Since 2023, against the backdrop of continued fluctuations in the general market and insurance sector, insurance stocks represented by Ping An of China have remained at a low level as a whole.

Regarding the current stock price performance of Ping An of China, Fu Xin further stated that the decline in stock prices is completely out of sync with the fundamentals of the entire company, and Ping An's stock price is undervalued. Whether from the perspective of PB and PE, or core business indicators such as life insurance's NBEV, and dividends, Ping An's stock price does not correctly reflect Ping An's operating performance. Whether from a fundamental perspective or looking to the future, Ping An is an excellent choice for value investment.

In terms of dividends, in 2023, Ping An of China will pay an annual dividend of RMB 2.43 per share in cash, an increase of 0.4% over the previous year. The total amount of dividends has continued to grow for 12 consecutive years.

Fu Xin said that in the past few years, the dividend policy has been very stable. The dividend ratio has been increasing for the past 12 years, and the dividend rate in the entire industry has a very competitive advantage. I am very confident in operating for the next three years and will maintain a consistent dividend policy.
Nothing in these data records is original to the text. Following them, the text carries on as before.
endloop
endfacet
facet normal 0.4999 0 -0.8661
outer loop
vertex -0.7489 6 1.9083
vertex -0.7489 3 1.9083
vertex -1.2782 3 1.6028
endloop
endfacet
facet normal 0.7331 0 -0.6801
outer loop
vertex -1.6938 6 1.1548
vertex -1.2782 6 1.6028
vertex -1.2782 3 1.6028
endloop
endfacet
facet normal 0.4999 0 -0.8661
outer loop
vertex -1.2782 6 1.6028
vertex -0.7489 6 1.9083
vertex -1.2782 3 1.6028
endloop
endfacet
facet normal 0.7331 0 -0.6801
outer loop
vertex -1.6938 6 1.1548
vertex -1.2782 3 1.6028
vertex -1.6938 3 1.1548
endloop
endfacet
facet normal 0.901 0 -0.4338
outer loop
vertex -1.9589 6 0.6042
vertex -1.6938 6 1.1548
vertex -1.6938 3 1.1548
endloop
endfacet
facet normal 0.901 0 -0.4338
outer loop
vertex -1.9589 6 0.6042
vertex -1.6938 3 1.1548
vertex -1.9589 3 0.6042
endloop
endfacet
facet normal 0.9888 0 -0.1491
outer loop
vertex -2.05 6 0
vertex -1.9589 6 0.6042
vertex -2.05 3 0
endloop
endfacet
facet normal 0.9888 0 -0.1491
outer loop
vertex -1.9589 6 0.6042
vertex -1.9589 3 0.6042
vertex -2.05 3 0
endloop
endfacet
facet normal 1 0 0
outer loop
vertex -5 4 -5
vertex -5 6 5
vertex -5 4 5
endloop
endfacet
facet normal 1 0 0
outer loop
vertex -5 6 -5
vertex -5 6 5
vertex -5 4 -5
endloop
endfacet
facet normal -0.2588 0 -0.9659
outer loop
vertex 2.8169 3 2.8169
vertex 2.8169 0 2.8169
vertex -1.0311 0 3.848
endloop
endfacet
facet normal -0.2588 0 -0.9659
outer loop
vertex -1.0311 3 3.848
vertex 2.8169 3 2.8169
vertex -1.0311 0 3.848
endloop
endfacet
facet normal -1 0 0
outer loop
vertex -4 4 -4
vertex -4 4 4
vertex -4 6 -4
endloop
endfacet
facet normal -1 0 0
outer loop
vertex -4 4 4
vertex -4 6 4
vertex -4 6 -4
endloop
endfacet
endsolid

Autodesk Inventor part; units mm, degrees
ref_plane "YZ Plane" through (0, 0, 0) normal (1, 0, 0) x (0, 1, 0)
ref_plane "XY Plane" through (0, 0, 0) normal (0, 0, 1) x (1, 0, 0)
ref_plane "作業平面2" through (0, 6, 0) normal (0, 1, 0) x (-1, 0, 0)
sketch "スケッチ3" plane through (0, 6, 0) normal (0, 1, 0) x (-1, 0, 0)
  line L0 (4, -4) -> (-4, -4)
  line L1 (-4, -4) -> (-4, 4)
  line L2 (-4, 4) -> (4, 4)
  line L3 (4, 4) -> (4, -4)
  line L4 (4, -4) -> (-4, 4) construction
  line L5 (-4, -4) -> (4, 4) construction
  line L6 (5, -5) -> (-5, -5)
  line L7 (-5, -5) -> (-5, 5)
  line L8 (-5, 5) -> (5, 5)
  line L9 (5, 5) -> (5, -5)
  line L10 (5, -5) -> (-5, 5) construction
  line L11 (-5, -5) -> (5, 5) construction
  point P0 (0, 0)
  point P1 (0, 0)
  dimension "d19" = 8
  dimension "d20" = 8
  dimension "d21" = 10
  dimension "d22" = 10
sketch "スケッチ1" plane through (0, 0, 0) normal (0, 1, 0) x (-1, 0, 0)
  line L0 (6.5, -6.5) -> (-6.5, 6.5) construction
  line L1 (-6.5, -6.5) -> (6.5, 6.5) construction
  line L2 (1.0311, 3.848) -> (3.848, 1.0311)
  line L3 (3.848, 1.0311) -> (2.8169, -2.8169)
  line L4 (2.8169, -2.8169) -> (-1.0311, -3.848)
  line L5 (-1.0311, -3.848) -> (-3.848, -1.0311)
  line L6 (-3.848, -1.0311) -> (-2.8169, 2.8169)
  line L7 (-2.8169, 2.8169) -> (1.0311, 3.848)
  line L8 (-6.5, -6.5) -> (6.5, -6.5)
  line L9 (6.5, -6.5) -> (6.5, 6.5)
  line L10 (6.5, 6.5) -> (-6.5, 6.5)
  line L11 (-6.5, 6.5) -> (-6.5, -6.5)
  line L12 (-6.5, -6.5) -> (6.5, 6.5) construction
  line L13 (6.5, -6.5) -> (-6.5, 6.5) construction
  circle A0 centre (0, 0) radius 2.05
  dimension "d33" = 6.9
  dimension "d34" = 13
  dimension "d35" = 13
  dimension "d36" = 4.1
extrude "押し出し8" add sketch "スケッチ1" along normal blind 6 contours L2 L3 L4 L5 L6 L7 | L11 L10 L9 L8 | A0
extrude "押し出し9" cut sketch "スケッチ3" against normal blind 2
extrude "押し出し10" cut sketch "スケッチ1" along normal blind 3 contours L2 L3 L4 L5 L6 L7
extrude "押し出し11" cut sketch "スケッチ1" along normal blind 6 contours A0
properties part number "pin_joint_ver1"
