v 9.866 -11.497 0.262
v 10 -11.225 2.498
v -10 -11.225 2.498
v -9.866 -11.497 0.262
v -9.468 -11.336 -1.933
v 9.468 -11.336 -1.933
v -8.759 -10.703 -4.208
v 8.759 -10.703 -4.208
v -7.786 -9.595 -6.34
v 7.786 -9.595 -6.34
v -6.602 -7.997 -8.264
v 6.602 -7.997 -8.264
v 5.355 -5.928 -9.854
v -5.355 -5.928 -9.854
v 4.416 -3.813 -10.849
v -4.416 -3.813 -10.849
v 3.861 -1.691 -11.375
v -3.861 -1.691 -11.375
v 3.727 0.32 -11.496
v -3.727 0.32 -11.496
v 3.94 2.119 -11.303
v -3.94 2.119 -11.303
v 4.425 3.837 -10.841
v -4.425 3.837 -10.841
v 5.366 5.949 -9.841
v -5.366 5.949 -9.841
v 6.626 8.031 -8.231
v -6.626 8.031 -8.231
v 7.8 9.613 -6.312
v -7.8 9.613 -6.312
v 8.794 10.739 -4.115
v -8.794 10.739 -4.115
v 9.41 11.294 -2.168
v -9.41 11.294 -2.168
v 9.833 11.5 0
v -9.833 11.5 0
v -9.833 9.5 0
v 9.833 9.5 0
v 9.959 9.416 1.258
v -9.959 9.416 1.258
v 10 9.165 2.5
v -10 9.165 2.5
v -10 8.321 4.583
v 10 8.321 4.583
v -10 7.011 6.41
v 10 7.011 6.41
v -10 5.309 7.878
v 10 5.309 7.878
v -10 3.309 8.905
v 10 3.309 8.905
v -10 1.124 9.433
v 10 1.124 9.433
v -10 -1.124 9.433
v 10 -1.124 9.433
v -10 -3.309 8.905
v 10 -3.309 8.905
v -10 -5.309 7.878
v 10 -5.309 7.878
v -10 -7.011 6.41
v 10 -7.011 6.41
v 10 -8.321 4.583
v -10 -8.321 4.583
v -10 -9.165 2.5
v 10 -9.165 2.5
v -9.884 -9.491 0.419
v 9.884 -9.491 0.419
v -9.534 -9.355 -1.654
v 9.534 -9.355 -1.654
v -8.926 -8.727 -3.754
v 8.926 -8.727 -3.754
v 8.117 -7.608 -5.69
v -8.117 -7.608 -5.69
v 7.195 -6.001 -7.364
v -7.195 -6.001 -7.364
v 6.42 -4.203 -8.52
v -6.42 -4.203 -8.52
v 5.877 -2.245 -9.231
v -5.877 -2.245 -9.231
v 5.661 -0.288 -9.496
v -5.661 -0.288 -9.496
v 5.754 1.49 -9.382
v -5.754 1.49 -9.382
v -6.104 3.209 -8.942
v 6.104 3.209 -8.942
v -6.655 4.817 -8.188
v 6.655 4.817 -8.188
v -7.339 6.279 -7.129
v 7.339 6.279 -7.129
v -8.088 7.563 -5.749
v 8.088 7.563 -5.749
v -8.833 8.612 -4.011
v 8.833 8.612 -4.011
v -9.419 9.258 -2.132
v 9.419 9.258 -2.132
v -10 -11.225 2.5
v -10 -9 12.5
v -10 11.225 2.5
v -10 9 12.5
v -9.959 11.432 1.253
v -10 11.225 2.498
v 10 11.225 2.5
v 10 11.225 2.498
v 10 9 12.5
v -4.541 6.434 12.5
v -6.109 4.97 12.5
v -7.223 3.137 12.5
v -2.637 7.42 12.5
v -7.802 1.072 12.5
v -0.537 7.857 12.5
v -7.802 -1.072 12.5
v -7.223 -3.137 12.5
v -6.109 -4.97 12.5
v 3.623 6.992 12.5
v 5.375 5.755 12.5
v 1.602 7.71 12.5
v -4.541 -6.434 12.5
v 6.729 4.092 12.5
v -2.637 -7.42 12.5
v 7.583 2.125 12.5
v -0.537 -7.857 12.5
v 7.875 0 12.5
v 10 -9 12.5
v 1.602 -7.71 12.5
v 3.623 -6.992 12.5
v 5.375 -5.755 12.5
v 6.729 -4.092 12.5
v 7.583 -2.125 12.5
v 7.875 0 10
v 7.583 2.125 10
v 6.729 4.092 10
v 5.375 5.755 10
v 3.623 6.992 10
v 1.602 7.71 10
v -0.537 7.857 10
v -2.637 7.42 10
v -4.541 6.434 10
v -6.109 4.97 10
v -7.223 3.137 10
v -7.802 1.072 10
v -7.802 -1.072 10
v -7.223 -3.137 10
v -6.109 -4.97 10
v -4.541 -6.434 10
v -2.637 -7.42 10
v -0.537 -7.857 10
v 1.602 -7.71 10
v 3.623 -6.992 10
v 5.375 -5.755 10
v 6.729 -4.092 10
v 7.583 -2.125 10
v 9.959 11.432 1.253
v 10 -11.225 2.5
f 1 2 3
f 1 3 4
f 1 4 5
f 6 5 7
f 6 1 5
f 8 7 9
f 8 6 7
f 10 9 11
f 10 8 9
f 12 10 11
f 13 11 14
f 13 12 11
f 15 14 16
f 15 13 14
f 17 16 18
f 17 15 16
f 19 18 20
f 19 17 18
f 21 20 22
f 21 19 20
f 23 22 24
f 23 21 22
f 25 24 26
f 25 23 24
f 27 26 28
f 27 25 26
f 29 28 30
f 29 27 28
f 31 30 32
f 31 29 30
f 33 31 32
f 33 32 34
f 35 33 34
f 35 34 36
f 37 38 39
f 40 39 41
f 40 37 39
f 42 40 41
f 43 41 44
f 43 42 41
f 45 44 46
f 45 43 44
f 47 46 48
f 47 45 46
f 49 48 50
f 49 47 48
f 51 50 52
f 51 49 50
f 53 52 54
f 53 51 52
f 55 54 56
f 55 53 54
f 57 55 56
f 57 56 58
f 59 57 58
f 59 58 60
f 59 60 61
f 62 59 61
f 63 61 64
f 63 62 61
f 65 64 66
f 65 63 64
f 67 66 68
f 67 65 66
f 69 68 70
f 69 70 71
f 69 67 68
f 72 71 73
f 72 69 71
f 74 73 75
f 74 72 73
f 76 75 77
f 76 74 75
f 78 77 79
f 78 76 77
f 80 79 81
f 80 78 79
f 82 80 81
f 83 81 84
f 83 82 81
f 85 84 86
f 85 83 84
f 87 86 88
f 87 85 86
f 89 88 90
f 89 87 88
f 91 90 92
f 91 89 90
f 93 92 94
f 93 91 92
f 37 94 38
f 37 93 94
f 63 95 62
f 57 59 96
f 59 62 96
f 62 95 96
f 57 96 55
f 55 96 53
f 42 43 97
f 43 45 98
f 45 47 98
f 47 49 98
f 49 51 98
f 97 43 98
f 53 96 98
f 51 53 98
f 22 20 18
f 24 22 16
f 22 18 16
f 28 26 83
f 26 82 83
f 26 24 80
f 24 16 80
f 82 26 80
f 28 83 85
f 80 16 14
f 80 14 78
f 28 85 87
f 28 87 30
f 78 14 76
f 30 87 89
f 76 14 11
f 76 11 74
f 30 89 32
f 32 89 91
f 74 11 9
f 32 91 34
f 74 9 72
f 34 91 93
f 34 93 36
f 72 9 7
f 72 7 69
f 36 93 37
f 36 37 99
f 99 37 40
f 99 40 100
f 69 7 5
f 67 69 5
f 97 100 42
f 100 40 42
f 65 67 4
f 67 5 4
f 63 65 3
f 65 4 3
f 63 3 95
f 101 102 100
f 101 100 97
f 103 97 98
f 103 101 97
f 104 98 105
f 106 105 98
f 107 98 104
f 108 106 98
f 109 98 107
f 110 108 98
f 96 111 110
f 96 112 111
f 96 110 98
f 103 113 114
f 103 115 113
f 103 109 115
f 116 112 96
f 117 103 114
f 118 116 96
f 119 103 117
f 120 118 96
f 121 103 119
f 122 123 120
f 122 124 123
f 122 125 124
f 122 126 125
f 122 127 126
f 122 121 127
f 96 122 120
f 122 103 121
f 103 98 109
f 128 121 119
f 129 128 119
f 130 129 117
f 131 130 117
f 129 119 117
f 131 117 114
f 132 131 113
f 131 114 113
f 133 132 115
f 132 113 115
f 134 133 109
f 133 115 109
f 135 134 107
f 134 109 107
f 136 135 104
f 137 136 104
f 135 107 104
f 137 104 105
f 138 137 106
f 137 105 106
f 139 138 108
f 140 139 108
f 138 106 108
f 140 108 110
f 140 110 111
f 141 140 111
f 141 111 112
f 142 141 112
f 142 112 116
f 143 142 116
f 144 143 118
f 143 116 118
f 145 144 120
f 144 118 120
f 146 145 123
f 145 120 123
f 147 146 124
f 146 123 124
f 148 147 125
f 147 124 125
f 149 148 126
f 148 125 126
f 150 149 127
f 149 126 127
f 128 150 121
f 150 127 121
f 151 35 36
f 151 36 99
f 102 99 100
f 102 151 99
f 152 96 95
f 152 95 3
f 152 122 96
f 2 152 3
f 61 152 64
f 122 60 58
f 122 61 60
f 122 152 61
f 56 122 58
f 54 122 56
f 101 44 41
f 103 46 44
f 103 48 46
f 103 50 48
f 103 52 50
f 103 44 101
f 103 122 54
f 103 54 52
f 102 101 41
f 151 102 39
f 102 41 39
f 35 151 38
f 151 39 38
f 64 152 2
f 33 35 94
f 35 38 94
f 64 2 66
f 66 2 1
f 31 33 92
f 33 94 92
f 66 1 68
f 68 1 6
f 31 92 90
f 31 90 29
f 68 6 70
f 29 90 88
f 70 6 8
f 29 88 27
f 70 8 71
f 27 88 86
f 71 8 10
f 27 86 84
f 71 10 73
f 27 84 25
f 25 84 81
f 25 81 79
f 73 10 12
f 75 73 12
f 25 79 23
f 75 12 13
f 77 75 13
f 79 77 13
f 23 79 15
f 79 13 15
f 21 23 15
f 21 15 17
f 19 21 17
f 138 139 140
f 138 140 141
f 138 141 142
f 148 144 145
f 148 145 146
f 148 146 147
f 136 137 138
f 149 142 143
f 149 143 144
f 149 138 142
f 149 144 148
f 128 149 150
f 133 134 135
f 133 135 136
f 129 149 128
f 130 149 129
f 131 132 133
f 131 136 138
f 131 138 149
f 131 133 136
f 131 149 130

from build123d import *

# Parameters (mm, degrees)
F0_R     = 9.5
F1_DEPTH = 10
F3_DEPTH = 15
F4_R     = 7.875
F5_DEPTH = 2.5


with BuildPart() as f1:
    # F0 (on Right) → F1 (new body, symmetric)
    with BuildSketch(Plane.YZ):
        with BuildLine():
            ThreePointArc((-11.225497, 2.497642), (-1.256341, -11.431168), (11.5, 0))
            ThreePointArc((11.5, 0), (11.431168, 1.256341), (11.225497, 2.497642))
            ThreePointArc((11.225497, 2.497642), (0, 11.5), (-11.225497, 2.497642))
        make_face()
        Circle(F0_R, mode=Mode.SUBTRACT)
        with BuildLine():
            ThreePointArc((-11.225497, 2.497642), (0, 11.5), (11.225497, 2.497642))
            Line((11.225497, 2.497642), (9, 12.5))
            Line((9, 12.5), (-9, 12.5))
            Line((-9, 12.5), (-11.225497, 2.497642))
        make_face()
    extrude(amount=F1_DEPTH, both=True)

    # F2 (on Front) → F3 (cut, symmetric)
    with BuildSketch(Plane.XZ):
        with BuildLine():
            Line((10, 12.5), (10, 2.5))
            ThreePointArc((10, 2.5), (8.02051, -5.885255), (2.5, -12.5))
            Line((2.5, -12.5), (-2.5, -12.5))
            ThreePointArc((-2.5, -12.5), (-8.02051, -5.885255), (-10, 2.5))
            Line((-10, 2.5), (-10, 12.5))
            Line((-10, 12.5), (-15, 12.5))
            Line((-15, 12.5), (-15, -17.5))
            Line((-15, -17.5), (15, -17.5))
            Line((15, -17.5), (15, 12.5))
            Line((15, 12.5), (10, 12.5))
        make_face()
    extrude(amount=F3_DEPTH, both=True, mode=Mode.SUBTRACT)

    # F4 (on face) → F5 (cut)
    with BuildSketch(Plane.XY.offset(12.5)):
        Circle(F4_R)
    extrude(amount=-F5_DEPTH, mode=Mode.SUBTRACT)


solid = f1.part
Ma Mingzhe, chairman of Ping An of China, also attended the Hong Kong performance conference, but did not make any remarks. Earlier, in his annual report address, he said, “Safety is a heavy responsibility.”

He believes that in the future, those that stand out from the fierce competition will be enterprises that can effectively solve industry challenges, meet market needs, and achieve people's aspirations. Meanwhile, Ping An has formed a clear “comprehensive finance+medical care” strategy, and has accumulated five major advantages, including business model and customer size, and will surely usher in new opportunities for development in the next ten years.

At the beginning of 2024, after 20 years of absence, Ma Mingzhe once again personally assumed the position of director of the Group's Strategic Development Center, implying the beginning of a new transformation in China's peace. Previously, Ma Mingzhe emphasized many times in his internal speeches, “Strategy is the direction, culture is the soul, and talent is the guarantee.”

In addition to returning to a high-quality growth trajectory from 2024-2026 mentioned by Fu Xin, the Group's Ping An Health (01833) and Financial One Account (OCFT.US) have all set an exact schedule for profit as soon as 2024. These are all small signs that Ping An, which may enter a new growth path, is showing the world.